### WORK REQUEST
Among the lines below, a stretch begins at the one with "e17 v17 v17" and ends at the one with "v22 (-5.08,-381.861726,222.496651)". Repeat that stretch exactly, ends included.

:: RECORDS SUPPLIED

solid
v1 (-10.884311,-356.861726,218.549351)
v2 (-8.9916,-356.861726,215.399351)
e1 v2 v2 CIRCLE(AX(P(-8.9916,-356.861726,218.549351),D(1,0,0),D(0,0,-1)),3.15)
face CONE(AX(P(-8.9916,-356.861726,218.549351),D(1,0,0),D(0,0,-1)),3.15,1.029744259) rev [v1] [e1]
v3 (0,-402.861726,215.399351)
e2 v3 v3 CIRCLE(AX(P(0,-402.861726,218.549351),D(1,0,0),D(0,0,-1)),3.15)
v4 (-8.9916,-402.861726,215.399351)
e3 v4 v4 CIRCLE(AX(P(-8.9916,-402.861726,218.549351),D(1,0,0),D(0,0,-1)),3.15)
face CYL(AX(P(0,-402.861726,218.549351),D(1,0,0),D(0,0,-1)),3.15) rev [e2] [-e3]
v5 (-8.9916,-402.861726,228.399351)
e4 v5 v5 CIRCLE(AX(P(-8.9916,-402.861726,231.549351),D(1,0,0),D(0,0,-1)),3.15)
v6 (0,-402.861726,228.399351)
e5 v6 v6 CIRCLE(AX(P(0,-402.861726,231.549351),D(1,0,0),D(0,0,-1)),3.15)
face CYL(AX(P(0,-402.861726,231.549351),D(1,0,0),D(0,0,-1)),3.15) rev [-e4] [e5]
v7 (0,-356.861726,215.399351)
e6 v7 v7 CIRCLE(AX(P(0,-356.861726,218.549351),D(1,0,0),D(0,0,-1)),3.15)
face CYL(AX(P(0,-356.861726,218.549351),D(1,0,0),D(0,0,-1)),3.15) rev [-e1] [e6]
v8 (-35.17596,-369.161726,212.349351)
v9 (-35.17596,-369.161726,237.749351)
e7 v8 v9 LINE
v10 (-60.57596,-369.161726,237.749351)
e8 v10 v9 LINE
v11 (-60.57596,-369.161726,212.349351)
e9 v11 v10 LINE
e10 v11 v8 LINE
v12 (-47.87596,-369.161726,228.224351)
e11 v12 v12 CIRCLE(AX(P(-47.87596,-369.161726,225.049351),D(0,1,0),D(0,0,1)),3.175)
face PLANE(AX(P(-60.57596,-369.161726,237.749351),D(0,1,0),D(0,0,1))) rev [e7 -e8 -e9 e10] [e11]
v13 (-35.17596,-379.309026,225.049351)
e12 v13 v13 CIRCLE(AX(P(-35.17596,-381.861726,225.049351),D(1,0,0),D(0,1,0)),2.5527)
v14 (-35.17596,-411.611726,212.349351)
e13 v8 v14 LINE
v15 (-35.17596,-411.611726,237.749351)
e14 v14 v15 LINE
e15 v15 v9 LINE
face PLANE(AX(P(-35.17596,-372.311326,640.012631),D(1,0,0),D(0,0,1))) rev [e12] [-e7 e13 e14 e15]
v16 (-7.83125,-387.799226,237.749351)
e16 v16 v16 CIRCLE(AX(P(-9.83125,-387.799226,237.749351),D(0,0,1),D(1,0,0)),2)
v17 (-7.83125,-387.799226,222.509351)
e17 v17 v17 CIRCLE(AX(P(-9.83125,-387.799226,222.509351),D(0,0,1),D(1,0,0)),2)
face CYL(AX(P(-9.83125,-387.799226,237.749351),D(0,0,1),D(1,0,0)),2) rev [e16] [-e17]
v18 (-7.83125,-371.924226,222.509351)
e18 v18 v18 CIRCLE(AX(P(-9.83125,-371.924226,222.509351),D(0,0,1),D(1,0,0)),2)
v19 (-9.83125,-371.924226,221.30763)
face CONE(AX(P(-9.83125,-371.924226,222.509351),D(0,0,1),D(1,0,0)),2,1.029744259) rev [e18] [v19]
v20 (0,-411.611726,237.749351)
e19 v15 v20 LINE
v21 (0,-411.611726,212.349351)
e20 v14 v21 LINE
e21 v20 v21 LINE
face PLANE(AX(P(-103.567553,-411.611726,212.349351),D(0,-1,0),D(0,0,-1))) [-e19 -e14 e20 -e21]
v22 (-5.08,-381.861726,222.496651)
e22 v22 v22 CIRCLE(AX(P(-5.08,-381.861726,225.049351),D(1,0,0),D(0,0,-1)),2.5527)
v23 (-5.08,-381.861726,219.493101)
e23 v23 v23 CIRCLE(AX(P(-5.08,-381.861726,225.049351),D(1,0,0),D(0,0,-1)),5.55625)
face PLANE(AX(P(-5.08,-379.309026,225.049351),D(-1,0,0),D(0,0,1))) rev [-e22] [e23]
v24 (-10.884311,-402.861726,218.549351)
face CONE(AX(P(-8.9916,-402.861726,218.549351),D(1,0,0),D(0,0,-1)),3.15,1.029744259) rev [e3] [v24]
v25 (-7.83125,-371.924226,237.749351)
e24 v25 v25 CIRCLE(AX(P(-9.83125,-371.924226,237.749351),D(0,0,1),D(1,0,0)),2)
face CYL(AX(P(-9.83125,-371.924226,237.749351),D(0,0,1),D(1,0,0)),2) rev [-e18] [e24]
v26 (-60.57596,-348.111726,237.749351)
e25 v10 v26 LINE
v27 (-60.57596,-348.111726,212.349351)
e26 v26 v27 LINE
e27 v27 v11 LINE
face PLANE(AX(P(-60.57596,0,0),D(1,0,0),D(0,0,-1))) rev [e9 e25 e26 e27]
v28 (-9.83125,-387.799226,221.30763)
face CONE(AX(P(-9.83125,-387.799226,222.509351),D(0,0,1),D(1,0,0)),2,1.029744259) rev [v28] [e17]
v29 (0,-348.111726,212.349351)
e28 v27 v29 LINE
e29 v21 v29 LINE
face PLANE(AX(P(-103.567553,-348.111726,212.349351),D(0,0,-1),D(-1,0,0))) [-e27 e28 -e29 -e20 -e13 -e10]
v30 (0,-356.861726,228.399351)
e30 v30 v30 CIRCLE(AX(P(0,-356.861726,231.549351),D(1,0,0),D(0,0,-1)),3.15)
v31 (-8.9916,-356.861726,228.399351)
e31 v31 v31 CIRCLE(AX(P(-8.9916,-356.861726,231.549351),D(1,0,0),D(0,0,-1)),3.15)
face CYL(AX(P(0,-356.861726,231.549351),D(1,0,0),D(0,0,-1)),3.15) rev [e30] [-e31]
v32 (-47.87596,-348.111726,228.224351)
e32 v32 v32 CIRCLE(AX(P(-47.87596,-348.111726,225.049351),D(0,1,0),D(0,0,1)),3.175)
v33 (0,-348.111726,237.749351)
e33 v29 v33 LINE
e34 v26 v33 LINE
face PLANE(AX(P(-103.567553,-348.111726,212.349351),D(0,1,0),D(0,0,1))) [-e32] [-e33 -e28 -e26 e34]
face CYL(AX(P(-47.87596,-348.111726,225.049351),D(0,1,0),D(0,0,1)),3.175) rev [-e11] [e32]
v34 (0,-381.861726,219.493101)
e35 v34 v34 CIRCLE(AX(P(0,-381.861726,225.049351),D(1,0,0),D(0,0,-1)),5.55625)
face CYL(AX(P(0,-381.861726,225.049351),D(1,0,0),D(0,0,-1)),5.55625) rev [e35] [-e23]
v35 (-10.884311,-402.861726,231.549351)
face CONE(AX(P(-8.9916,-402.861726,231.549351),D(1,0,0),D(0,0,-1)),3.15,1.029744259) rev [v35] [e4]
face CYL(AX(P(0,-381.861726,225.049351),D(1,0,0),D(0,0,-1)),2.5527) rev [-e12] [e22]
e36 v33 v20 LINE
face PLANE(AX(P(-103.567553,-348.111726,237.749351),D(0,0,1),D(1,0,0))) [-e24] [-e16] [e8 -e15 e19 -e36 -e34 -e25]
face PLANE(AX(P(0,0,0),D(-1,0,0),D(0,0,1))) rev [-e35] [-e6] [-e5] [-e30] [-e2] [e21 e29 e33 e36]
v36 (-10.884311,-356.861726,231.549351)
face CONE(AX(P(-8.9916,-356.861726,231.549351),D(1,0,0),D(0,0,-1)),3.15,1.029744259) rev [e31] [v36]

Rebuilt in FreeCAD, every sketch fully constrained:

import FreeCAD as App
import Part
import Sketcher
Q = App.Units.Quantity


def add_polygon(sketch, points):
    """Adds a closed chain of lines whose ends are joined by coincident constraints."""
    first, n = sketch.GeometryCount, len(points)
    for a, b in zip(points, points[1:] + points[:1]):
        sketch.addGeometry(Part.LineSegment(App.Vector(*a, 0), App.Vector(*b, 0)), False)
    for i in range(n):
        sketch.addConstraint(Sketcher.Constraint("Coincident", first + i, 2, first + (i + 1) % n, 1))

doc = App.newDocument("Part")
body = doc.addObject("PartDesign::Body", "Body")

sketch1 = body.newObject("Sketcher::SketchObject", "Sketch")
sketch1.AttachmentSupport = (doc.getObject("YZ_Plane"), [""])
sketch1.MapMode = "FlatFace"
add_polygon(sketch1, [(-348, 238), (-412, 238), (-412, 212), (-348, 212)])
sketch1.addConstraint([
    Sketcher.Constraint("Horizontal", 0),
    Sketcher.Constraint("Vertical", 1),
    Sketcher.Constraint("Horizontal", 2),
    Sketcher.Constraint("Vertical", 3),
    Sketcher.Constraint("DistanceY", 1, 2, 1, 1, Q("1 in")),
    Sketcher.Constraint("DistanceX", 0, 2, 0, 1, Q("2.5 in")),
    Sketcher.Constraint("DistanceY", -1, 1, 0, 2, 237.749351),
    Sketcher.Constraint("DistanceX", 0, 2, -1, 1, 411.611726),
])
pad1 = body.newObject("PartDesign::Pad", "Pad")
pad1.Profile = sketch1
pad1.Length = 35.17596
pad1.Reversed = True

sketch2 = body.newObject("Sketcher::SketchObject", "Sketch001")
sketch2.AttachmentSupport = (doc.getObject("YZ_Plane"), [""])
sketch2.MapMode = "FlatFace"
sketch2.AttachmentOffset = App.Placement(App.Vector(0, 0, -35.17596), App.Rotation())
add_polygon(sketch2, [(-348, 212), (-369, 212), (-369, 238), (-348, 238)])
sketch2.addConstraint([
    Sketcher.Constraint("Horizontal", 0),
    Sketcher.Constraint("Vertical", 1),
    Sketcher.Constraint("Horizontal", 2),
    Sketcher.Constraint("Vertical", 3),
    Sketcher.Constraint("DistanceY", 1, 1, 1, 2, Q("1 in")),
    Sketcher.Constraint("DistanceX", 0, 2, 0, 1, 21.05),
    Sketcher.Constraint("DistanceY", -1, 1, 0, 2, 212.349351),
    Sketcher.Constraint("DistanceX", 0, 2, -1, 1, 369.161726),
])
pad2 = body.newObject("PartDesign::Pad", "Pad001")
pad2.Profile = sketch2
pad2.Length = Q("1 in")
pad2.Reversed = True

sketch3 = body.newObject("Sketcher::SketchObject", "Sketch002")
sketch3.AttachmentSupport = (doc.getObject("XZ_Plane"), [""])
sketch3.MapMode = "FlatFace"
sketch3.AttachmentOffset = App.Placement(App.Vector(0, 0, 348.111726), App.Rotation())
sketch3.addGeometry(Part.Circle(App.Vector(-47.9, 225, 0), App.Vector(0, 0, 1), 3.2), False)
sketch3.addConstraint([
    Sketcher.Constraint("Diameter", 0, Q("0.25 in")),
    Sketcher.Constraint("DistanceX", 0, 3, -1, 1, 47.87596),
    Sketcher.Constraint("DistanceY", -1, 1, 0, 3, 225.049351),
])
doc.recompute()
hole = body.newObject("PartDesign::Hole", "Hole")
hole.Profile = sketch3
hole.ThreadType = "None"
hole.Diameter = Q("0.25 in")
hole.DepthType = "ThroughAll"
hole.Reversed = True

sketch4 = body.newObject("Sketcher::SketchObject", "Sketch003")
sketch4.AttachmentSupport = (doc.getObject("YZ_Plane"), [""])
sketch4.MapMode = "FlatFace"
sketch4.addGeometry([
    Part.Circle(App.Vector(-356.9, 231.5, 0), App.Vector(0, 0, 1), 3.1),
    Part.Circle(App.Vector(-356.9, 218.5, 0), App.Vector(0, 0, 1), 3.1),
    Part.Circle(App.Vector(-402.9, 231.5, 0), App.Vector(0, 0, 1), 3.1),
    Part.Circle(App.Vector(-402.9, 218.5, 0), App.Vector(0, 0, 1), 3.1),
], False)
sketch4.addConstraint([
    Sketcher.Constraint("Equal", 0, 1),
    Sketcher.Constraint("Equal", 1, 2),
    Sketcher.Constraint("Equal", 2, 3),
    Sketcher.Constraint("Horizontal", 0, 3, 2, 3),
    Sketcher.Constraint("Horizontal", 1, 3, 3, 3),
    Sketcher.Constraint("Vertical", 0, 3, 1, 3),
    Sketcher.Constraint("Vertical", 2, 3, 3, 3),
    Sketcher.Constraint("Diameter", 0, 6.3),
    Sketcher.Constraint("DistanceY", 1, 3, 0, 3, 13.0),
    Sketcher.Constraint("DistanceX", 2, 3, 0, 3, 46.0),
    Sketcher.Constraint("DistanceY", -1, 1, 0, 3, 231.549351),
    Sketcher.Constraint("DistanceX", 0, 3, -1, 1, 356.861726),
])
doc.recompute()
hole2 = body.newObject("PartDesign::Hole", "Hole001")
hole2.Profile = sketch4
hole2.ThreadType = "None"
hole2.Diameter = 6.3
hole2.DepthType = "Dimension"
hole2.Depth = Q("0.354 in")
hole2.DrillPoint = "Angled"
hole2.DrillPointAngle = 118

sketch5 = body.newObject("Sketcher::SketchObject", "Sketch004")
sketch5.AttachmentSupport = (doc.getObject("XY_Plane"), [""])
sketch5.MapMode = "FlatFace"
sketch5.AttachmentOffset = App.Placement(App.Vector(0, 0, 237.749351), App.Rotation())
sketch5.addGeometry([
    Part.Circle(App.Vector(-9.8, -371.9, 0), App.Vector(0, 0, 1), 2),
    Part.Circle(App.Vector(-9.8, -387.8, 0), App.Vector(0, 0, 1), 2),
], False)
sketch5.addConstraint([
    Sketcher.Constraint("Equal", 0, 1),
    Sketcher.Constraint("Vertical", 0, 3, 1, 3),
    Sketcher.Constraint("Diameter", 0, 4.0),
    Sketcher.Constraint("DistanceY", 1, 3, 0, 3, Q("0.625 in")),
    Sketcher.Constraint("DistanceX", 0, 3, -1, 1, 9.83125),
    Sketcher.Constraint("DistanceY", 0, 3, -1, 1, 371.924226),
])
doc.recompute()
hole3 = body.newObject("PartDesign::Hole", "Hole002")
hole3.Profile = sketch5
hole3.ThreadType = "None"
hole3.Diameter = 4
hole3.DepthType = "Dimension"
hole3.Depth = Q("0.6 in")
hole3.DrillPoint = "Angled"
hole3.DrillPointAngle = 118

sketch6 = body.newObject("Sketcher::SketchObject", "Sketch005")
sketch6.AttachmentSupport = (doc.getObject("YZ_Plane"), [""])
sketch6.MapMode = "FlatFace"
sketch6.addGeometry(Part.Circle(App.Vector(-381.9, 225, 0), App.Vector(0, 0, 1), 2.6), False)
sketch6.addConstraint([
    Sketcher.Constraint("Diameter", 0, Q("0.201 in")),
    Sketcher.Constraint("DistanceY", -1, 1, 0, 3, 225.049351),
    Sketcher.Constraint("DistanceX", 0, 3, -1, 1, 381.861726),
])
doc.recompute()
hole4 = body.newObject("PartDesign::Hole", "Hole003")
hole4.Profile = sketch6
hole4.ThreadType = "None"
hole4.Diameter = Q("0.201 in")
hole4.DepthType = "Dimension"
hole4.Depth = 35.17596
hole4.DrillPoint = "Flat"
hole4.HoleCutType = "Counterbore"
hole4.HoleCutDiameter = Q("0.4375 in")
hole4.HoleCutDepth = Q("0.2 in")

doc.recompute()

::::

### TASK RESULT
e17 v17 v17 CIRCLE(AX(P(-9.83125,-387.799226,222.509351),D(0,0,1),D(1,0,0)),2)
face CYL(AX(P(-9.83125,-387.799226,237.749351),D(0,0,1),D(1,0,0)),2) rev [e16] [-e17]
v18 (-7.83125,-371.924226,222.509351)
e18 v18 v18 CIRCLE(AX(P(-9.83125,-371.924226,222.509351),D(0,0,1),D(1,0,0)),2)
v19 (-9.83125,-371.924226,221.30763)
face CONE(AX(P(-9.83125,-371.924226,222.509351),D(0,0,1),D(1,0,0)),2,1.029744259) rev [e18] [v19]
v20 (0,-411.611726,237.749351)
e19 v15 v20 LINE
v21 (0,-411.611726,212.349351)
e20 v14 v21 LINE
e21 v20 v21 LINE
face PLANE(AX(P(-103.567553,-411.611726,212.349351),D(0,-1,0),D(0,0,-1))) [-e19 -e14 e20 -e21]
v22 (-5.08,-381.861726,222.496651)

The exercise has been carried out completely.